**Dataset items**
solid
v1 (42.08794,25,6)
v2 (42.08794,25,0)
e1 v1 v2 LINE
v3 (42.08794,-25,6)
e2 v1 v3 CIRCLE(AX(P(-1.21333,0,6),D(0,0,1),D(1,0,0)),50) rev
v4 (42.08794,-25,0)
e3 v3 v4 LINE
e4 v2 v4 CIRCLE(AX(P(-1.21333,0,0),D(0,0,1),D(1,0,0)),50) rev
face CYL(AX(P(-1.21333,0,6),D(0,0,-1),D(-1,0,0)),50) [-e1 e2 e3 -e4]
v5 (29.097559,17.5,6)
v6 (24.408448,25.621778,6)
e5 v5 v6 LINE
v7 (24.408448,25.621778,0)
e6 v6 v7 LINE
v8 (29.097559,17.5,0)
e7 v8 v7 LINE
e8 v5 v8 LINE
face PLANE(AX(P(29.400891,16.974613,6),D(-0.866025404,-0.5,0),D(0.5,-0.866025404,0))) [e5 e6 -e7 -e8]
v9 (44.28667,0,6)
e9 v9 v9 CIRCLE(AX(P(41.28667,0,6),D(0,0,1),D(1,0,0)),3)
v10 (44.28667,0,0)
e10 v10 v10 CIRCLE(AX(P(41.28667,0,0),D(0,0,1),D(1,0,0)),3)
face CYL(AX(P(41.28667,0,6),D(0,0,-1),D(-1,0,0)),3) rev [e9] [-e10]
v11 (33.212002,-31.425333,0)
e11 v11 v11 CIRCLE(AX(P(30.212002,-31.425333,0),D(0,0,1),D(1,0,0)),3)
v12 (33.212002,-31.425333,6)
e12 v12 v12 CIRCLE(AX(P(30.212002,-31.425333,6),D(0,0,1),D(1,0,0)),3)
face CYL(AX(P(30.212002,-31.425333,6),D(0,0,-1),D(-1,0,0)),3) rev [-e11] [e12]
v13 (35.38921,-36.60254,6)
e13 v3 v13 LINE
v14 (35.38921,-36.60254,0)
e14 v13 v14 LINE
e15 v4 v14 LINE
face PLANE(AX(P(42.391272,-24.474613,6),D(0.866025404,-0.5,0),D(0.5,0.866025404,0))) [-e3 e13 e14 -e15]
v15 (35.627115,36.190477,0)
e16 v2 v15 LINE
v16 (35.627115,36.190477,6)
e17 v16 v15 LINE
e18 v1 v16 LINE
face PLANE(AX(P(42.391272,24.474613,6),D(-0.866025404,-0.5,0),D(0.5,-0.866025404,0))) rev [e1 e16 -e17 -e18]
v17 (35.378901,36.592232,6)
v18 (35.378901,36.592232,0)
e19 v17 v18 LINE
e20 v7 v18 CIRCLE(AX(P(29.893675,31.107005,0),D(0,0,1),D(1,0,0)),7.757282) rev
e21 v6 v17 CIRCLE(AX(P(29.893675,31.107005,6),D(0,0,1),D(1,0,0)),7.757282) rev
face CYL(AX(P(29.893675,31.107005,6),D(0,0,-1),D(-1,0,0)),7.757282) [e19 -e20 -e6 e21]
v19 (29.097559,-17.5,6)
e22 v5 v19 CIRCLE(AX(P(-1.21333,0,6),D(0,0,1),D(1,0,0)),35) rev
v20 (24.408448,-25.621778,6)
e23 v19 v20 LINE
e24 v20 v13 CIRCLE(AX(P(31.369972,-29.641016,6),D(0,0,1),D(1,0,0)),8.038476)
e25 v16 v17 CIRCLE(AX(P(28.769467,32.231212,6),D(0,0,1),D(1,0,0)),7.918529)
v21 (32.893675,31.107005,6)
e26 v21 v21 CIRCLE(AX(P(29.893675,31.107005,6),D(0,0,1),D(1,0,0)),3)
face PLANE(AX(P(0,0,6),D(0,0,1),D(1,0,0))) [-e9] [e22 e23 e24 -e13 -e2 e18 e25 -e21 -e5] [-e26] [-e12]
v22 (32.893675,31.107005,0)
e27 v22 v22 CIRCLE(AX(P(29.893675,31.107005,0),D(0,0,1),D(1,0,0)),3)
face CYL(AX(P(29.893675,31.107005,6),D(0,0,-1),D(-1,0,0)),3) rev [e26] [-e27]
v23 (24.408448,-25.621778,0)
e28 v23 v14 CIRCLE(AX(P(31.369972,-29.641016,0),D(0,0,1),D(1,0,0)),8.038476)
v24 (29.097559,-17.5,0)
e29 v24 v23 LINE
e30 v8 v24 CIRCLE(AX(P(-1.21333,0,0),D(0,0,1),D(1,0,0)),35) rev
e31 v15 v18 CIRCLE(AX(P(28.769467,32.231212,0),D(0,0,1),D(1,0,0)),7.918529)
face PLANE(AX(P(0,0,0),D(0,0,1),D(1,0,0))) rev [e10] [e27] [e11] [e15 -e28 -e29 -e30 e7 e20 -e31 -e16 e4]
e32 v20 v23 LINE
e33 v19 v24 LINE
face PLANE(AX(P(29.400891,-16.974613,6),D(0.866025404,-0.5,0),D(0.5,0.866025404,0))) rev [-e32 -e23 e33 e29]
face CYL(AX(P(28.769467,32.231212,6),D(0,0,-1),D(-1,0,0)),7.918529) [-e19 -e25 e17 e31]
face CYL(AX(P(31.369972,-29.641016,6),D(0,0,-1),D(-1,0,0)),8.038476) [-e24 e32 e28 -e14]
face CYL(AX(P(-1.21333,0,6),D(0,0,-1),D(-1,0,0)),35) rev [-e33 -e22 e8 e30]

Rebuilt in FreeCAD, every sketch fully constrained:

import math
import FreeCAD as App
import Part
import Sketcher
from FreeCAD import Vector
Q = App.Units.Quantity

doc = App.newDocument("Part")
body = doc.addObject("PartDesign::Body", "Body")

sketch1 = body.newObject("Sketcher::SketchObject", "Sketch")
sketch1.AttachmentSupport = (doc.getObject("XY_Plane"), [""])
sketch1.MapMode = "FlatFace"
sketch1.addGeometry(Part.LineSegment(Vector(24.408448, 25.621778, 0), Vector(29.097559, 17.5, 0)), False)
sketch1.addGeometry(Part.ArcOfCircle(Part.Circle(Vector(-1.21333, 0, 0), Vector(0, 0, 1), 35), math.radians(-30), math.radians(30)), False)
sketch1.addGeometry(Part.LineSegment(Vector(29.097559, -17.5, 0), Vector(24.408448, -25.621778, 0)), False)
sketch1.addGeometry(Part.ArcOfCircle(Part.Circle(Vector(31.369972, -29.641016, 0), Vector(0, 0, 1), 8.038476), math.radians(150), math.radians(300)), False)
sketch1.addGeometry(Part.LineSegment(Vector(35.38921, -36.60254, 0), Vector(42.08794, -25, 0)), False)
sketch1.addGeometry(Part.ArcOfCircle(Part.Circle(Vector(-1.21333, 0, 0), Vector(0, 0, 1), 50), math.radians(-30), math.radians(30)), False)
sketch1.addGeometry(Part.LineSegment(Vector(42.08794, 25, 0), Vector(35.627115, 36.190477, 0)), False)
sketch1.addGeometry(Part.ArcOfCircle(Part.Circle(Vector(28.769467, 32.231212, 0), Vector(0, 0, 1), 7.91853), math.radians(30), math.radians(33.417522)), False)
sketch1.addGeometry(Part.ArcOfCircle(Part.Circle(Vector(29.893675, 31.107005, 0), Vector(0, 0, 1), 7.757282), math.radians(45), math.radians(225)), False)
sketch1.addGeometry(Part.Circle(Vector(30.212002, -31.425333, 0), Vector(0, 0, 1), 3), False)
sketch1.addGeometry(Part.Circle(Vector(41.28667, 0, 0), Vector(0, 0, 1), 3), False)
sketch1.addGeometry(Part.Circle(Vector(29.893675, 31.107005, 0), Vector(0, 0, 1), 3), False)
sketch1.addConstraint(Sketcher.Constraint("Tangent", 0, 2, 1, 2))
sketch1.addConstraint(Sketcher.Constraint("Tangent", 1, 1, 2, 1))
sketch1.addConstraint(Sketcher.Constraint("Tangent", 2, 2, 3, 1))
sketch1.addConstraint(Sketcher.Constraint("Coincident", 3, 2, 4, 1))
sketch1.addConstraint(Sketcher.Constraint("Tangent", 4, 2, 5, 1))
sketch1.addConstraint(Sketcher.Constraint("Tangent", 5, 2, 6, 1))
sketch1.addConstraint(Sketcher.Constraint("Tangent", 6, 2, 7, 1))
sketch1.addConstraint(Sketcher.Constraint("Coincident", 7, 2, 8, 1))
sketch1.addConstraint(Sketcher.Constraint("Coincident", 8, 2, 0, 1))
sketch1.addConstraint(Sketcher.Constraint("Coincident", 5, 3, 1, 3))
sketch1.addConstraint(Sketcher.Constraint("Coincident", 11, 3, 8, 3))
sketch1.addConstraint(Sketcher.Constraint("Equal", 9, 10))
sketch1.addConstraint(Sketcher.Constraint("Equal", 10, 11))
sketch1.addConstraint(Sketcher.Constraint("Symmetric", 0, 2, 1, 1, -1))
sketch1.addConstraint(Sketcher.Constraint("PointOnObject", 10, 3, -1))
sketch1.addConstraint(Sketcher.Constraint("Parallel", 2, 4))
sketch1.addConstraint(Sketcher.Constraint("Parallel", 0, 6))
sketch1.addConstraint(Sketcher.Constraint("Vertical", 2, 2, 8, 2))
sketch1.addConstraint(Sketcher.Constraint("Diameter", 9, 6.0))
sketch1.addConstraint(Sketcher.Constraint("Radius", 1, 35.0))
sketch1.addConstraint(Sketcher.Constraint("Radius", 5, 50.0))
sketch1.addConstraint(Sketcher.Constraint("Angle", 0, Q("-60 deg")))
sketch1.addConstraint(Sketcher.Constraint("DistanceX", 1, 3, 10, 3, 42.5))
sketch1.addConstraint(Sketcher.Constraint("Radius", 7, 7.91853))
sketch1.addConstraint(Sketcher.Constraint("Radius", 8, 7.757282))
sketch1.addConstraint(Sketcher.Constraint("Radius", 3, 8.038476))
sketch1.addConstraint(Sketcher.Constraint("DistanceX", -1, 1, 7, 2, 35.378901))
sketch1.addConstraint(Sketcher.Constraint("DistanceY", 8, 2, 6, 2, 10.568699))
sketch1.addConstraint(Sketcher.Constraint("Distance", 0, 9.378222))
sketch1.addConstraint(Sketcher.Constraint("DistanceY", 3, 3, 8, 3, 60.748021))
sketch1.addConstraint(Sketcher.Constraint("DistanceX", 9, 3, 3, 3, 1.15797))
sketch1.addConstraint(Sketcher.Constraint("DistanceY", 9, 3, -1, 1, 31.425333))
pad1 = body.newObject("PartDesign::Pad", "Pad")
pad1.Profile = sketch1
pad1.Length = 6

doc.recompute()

**WHAT THE EXERCISE ASKS**
Starting at the line above that holds "e29 v24 v23 LINE" and ending at the line that holds "e32 v20 v23 LINE", transcribe each line exactly and include no other lines.

**RESULT OF THIS TASK**
e29 v24 v23 LINE
e30 v8 v24 CIRCLE(AX(P(-1.21333,0,0),D(0,0,1),D(1,0,0)),35) rev
e31 v15 v18 CIRCLE(AX(P(28.769467,32.231212,0),D(0,0,1),D(1,0,0)),7.918529)
face PLANE(AX(P(0,0,0),D(0,0,1),D(1,0,0))) rev [e10] [e27] [e11] [e15 -e28 -e29 -e30 e7 e20 -e31 -e16 e4]
e32 v20 v23 LINE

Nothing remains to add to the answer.